##### Data to examine #####

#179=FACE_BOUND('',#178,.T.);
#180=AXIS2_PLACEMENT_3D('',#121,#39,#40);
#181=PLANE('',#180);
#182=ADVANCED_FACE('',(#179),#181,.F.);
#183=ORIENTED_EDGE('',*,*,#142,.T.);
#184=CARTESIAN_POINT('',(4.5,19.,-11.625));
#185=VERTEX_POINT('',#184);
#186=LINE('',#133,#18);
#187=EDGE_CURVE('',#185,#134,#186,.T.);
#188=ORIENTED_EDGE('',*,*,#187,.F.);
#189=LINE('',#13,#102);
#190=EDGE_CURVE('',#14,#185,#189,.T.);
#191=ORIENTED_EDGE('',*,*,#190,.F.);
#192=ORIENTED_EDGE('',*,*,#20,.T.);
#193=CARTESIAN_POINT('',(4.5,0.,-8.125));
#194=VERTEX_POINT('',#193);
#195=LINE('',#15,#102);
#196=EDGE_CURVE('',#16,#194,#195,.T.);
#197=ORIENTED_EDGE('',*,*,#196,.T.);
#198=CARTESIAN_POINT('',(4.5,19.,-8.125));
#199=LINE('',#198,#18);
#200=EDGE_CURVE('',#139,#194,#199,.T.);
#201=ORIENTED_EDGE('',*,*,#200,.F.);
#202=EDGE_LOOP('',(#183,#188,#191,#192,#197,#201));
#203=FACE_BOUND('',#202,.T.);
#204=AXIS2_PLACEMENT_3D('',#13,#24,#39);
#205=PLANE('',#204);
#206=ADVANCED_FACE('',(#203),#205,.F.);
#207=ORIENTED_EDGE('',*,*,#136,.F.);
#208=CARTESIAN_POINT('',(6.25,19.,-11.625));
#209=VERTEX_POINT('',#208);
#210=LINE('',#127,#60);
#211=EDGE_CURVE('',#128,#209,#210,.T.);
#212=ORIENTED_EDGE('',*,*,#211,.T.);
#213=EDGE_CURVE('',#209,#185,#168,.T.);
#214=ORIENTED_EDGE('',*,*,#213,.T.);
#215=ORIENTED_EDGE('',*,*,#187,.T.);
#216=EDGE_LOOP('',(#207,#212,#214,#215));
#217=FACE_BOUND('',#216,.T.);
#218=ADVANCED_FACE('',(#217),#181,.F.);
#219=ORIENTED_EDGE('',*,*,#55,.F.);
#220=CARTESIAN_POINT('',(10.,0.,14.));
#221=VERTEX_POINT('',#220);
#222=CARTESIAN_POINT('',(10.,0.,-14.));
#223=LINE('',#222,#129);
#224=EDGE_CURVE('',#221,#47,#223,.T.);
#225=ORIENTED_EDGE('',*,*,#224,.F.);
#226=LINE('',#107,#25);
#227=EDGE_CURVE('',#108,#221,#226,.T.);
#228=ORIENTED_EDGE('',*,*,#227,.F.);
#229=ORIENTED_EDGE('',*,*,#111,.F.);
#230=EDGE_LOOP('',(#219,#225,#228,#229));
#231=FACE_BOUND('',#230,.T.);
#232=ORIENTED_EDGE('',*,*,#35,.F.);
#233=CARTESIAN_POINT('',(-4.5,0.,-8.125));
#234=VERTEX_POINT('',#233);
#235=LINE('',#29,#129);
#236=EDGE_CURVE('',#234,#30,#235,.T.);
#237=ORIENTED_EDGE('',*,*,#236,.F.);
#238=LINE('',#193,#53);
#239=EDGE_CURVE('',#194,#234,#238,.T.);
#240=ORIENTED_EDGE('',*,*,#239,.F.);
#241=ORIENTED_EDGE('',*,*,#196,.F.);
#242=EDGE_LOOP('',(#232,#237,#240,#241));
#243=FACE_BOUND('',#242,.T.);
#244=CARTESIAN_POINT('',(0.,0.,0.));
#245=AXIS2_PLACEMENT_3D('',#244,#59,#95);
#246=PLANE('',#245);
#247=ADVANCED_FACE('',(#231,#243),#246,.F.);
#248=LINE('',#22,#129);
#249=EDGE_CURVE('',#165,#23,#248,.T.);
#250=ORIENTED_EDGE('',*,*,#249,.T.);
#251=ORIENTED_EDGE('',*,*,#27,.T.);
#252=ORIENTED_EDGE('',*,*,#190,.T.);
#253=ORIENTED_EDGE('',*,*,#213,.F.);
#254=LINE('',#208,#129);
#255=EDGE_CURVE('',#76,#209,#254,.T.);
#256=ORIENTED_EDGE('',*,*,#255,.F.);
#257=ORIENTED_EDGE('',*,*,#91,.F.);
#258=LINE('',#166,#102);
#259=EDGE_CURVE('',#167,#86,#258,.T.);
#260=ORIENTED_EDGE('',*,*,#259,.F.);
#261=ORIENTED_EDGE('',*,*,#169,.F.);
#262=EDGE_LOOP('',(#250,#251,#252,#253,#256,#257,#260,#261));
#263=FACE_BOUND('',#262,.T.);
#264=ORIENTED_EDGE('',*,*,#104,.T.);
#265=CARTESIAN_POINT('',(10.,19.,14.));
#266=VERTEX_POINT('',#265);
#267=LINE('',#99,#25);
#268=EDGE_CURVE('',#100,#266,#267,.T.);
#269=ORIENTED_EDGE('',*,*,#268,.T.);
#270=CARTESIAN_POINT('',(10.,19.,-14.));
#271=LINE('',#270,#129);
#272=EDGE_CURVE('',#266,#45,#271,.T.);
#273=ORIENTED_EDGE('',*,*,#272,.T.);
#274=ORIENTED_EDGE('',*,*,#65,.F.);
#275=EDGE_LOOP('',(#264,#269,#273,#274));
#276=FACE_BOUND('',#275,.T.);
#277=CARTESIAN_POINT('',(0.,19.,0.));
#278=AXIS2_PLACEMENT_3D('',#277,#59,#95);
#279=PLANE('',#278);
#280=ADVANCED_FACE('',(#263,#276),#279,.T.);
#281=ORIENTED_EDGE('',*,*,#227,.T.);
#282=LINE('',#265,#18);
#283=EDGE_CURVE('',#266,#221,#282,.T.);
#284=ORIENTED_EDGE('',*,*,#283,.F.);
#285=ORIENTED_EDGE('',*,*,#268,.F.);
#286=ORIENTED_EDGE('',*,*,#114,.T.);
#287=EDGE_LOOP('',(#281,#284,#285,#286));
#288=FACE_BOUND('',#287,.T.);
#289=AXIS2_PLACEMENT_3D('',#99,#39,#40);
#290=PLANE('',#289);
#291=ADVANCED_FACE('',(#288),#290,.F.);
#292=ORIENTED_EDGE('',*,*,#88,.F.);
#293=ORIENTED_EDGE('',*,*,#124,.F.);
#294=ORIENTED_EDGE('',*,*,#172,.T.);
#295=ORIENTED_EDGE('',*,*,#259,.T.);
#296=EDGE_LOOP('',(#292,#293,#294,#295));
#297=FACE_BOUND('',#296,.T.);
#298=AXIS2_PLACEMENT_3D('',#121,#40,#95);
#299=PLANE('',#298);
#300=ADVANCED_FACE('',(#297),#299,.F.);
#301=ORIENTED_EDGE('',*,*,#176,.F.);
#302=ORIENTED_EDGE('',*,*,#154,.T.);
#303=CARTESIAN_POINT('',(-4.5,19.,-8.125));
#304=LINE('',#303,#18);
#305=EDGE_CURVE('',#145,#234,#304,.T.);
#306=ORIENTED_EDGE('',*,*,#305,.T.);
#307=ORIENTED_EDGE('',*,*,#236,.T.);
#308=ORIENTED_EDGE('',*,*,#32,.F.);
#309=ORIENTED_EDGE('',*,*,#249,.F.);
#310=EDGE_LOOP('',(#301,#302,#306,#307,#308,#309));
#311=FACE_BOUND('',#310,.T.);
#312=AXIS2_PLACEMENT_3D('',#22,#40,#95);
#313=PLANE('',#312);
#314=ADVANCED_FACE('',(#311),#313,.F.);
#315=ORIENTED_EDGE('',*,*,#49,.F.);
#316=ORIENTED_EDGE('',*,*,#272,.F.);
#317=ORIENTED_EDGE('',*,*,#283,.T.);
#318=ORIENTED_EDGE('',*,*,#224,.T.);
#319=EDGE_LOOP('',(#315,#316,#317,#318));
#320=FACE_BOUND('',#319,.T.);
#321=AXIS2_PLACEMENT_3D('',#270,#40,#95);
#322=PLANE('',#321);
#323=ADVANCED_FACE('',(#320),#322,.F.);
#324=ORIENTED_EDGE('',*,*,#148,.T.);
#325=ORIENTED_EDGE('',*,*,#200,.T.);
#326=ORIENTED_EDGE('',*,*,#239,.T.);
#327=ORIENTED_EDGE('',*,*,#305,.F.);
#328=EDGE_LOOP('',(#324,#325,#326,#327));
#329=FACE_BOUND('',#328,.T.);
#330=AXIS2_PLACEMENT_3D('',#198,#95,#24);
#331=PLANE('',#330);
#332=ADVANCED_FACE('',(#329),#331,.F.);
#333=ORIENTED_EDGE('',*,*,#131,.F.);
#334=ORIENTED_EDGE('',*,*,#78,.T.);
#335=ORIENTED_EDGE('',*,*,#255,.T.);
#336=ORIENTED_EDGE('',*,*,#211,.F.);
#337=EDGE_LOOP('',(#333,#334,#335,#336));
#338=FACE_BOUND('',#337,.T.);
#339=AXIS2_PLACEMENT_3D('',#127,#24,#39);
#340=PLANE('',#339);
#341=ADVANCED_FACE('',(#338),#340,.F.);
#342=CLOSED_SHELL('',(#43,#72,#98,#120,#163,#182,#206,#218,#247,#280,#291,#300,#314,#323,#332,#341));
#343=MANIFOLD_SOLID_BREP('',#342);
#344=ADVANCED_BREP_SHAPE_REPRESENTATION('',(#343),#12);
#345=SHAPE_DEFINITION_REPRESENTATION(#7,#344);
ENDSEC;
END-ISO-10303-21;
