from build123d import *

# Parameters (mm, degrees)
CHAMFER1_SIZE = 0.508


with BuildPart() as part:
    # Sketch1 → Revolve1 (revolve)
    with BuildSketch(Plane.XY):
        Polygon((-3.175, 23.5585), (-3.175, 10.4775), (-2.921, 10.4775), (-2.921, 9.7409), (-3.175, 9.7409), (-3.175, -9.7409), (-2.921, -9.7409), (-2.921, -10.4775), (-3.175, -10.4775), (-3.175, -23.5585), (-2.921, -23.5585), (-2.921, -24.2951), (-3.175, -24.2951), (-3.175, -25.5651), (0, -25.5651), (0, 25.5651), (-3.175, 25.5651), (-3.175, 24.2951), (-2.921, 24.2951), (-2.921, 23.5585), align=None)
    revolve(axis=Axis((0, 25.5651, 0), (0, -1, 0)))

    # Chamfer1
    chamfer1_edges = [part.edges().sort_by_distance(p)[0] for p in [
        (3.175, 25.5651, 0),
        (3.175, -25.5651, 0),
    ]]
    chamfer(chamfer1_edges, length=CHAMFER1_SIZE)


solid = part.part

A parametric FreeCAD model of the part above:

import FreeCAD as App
import Part
import Sketcher
from FreeCAD import Vector
Q = App.Units.Quantity


def edges_at(feature, points):
    """Names of the edges that pass closest to the given points."""
    edges = feature.Shape.Edges
    near = lambda p: min(range(len(edges)), key=lambda i: edges[i].distToShape(Part.Vertex(*p))[0])
    return sorted({f"Edge{near(p) + 1}" for p in points})


def add_polygon(sketch, points):
    """Adds a closed chain of lines whose ends are joined by coincident constraints."""
    first, n = sketch.GeometryCount, len(points)
    for a, b in zip(points, points[1:] + points[:1]):
        sketch.addGeometry(Part.LineSegment(App.Vector(*a, 0), App.Vector(*b, 0)), False)
    for i in range(n):
        sketch.addConstraint(Sketcher.Constraint("Coincident", first + i, 2, first + (i + 1) % n, 1))

doc = App.newDocument("Part")
params = doc.addObject("Spreadsheet::Sheet", "Params")
for row, (alias, value) in enumerate([
    ("sketch1_width", "0.01 in"),
    ("sketch1_height", "0.05 in"),
    ("sketch1_width2", "0.125 in"),
    ("sketch1_height2", "0.515 in"),
    ("sketch1_height3", "0.029 in"),
    ("revolution_angle", "360 deg"),
    ("chamfer_size", "0.02 in"),
], start=1):
    params.set(f"A{row}", alias)
    params.set(f"B{row}", "=" + value)
    params.setAlias(f"B{row}", alias)

body = doc.addObject("PartDesign::Body", "Body")

# Sketch on XY plane
sketch1 = body.newObject("Sketcher::SketchObject", "Sketch")
sketch1.AttachmentSupport = (doc.getObject("XY_Plane"), [""])
sketch1.MapMode = "FlatFace"
add_polygon(sketch1, [(-3.175, 23.5585), (-3.175, 10.4775), (-2.921, 10.4775), (-2.921, 9.7409), (-3.175, 9.7409), (-3.175, -9.7409), (-2.921, -9.7409), (-2.921, -10.4775), (-3.175, -10.4775), (-3.175, -23.5585), (-2.921, -23.5585), (-2.921, -24.2951), (-3.175, -24.2951), (-3.175, -25.5651), (0, -25.5651), (0, 25.5651), (-3.175, 25.5651), (-3.175, 24.2951), (-2.921, 24.2951), (-2.921, 23.5585)])  # lines 0-19
sketch1.addConstraint([
    Sketcher.Constraint("Vertical", 0),
    Sketcher.Constraint("Horizontal", 1),
    Sketcher.Constraint("Vertical", 2),
    Sketcher.Constraint("Horizontal", 3),
    Sketcher.Constraint("Vertical", 4),
    Sketcher.Constraint("Horizontal", 5),
    Sketcher.Constraint("Vertical", 6),
    Sketcher.Constraint("Horizontal", 7),
    Sketcher.Constraint("Vertical", 8),
    Sketcher.Constraint("Horizontal", 9),
    Sketcher.Constraint("Vertical", 10),
    Sketcher.Constraint("Horizontal", 11),
    Sketcher.Constraint("Vertical", 12),
    Sketcher.Constraint("Horizontal", 13),
    Sketcher.Constraint("Vertical", 14),
    Sketcher.Constraint("Horizontal", 15),
    Sketcher.Constraint("Vertical", 16),
    Sketcher.Constraint("Horizontal", 17),
    Sketcher.Constraint("Vertical", 18),
    Sketcher.Constraint("Horizontal", 19),
    Sketcher.Constraint("Symmetric", 13, 2, 14, 2, -1, 1),
    Sketcher.Constraint("Symmetric", 2, 2, 5, 2, -1),
    Sketcher.Constraint("Symmetric", 0, 2, 7, 2, -1),
    Sketcher.Constraint("Symmetric", 11, 2, 16, 2, -1),
    Sketcher.Constraint("Symmetric", 9, 2, 18, 2, -1),
    Sketcher.Constraint("Vertical", 0, 2, 3, 2),
    Sketcher.Constraint("Vertical", 6, 2, 9, 2),
    Sketcher.Constraint("Vertical", 8, 2, 11, 2),
    Sketcher.Constraint("Equal", 6, 10),
    Sketcher.Constraint("DistanceX", 1, 1, 1, 2, Q("0.01 in")),
    Sketcher.Constraint("DistanceY", 12, 2, 12, 1, Q("0.05 in")),
    Sketcher.Constraint("DistanceX", 13, 1, 13, 2, Q("0.125 in")),
    Sketcher.Constraint("DistanceY", 0, 2, 0, 1, Q("0.515 in")),
    Sketcher.Constraint("DistanceY", 2, 2, 2, 1, Q("0.029 in")),
    Sketcher.Constraint("DistanceY", 4, 2, 4, 1, Q("0.767 in")),
])
sketch1.setExpression("Constraints[49]", "Params.sketch1_width")
sketch1.setExpression("Constraints[50]", "Params.sketch1_height")
sketch1.setExpression("Constraints[51]", "Params.sketch1_width2")
sketch1.setExpression("Constraints[52]", "Params.sketch1_height2")
sketch1.setExpression("Constraints[53]", "Params.sketch1_height3")
revolution = body.newObject("PartDesign::Revolution", "Revolution")
revolution.Profile = sketch1
revolution.ReferenceAxis = (sketch1, ["V_Axis"])
revolution.setExpression("Angle", "Params.revolution_angle")
doc.recompute()

chamfer = body.newObject("PartDesign::Chamfer", "Chamfer")
chamfer.Base = (revolution, edges_at(revolution, [(3.175, 25.565, 0), (3.175, -25.565, 0)]))
chamfer.setExpression("Size", "Params.chamfer_size")

doc.recompute()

#####

Your objective:
From the line holding "#234=VERTEX_POINT('',#233);" to the line holding "#266=VERTEX_POINT('',#265);", inclusive, restate each line above exactly as written.

Exercise solution:
#234=VERTEX_POINT('',#233);
#235=LINE('',#29,#129);
#236=EDGE_CURVE('',#234,#30,#235,.T.);
#237=ORIENTED_EDGE('',*,*,#236,.F.);
#238=LINE('',#193,#53);
#239=EDGE_CURVE('',#194,#234,#238,.T.);
#240=ORIENTED_EDGE('',*,*,#239,.F.);
#241=ORIENTED_EDGE('',*,*,#196,.F.);
#242=EDGE_LOOP('',(#232,#237,#240,#241));
#243=FACE_BOUND('',#242,.T.);
#244=CARTESIAN_POINT('',(0.,0.,0.));
#245=AXIS2_PLACEMENT_3D('',#244,#59,#95);
#246=PLANE('',#245);
#247=ADVANCED_FACE('',(#231,#243),#246,.F.);
#248=LINE('',#22,#129);
#249=EDGE_CURVE('',#165,#23,#248,.T.);
#250=ORIENTED_EDGE('',*,*,#249,.T.);
#251=ORIENTED_EDGE('',*,*,#27,.T.);
#252=ORIENTED_EDGE('',*,*,#190,.T.);
#253=ORIENTED_EDGE('',*,*,#213,.F.);
#254=LINE('',#208,#129);
#255=EDGE_CURVE('',#76,#209,#254,.T.);
#256=ORIENTED_EDGE('',*,*,#255,.F.);
#257=ORIENTED_EDGE('',*,*,#91,.F.);
#258=LINE('',#166,#102);
#259=EDGE_CURVE('',#167,#86,#258,.T.);
#260=ORIENTED_EDGE('',*,*,#259,.F.);
#261=ORIENTED_EDGE('',*,*,#169,.F.);
#262=EDGE_LOOP('',(#250,#251,#252,#253,#256,#257,#260,#261));
#263=FACE_BOUND('',#262,.T.);
#264=ORIENTED_EDGE('',*,*,#104,.T.);
#265=CARTESIAN_POINT('',(10.,19.,14.));
#266=VERTEX_POINT('',#265);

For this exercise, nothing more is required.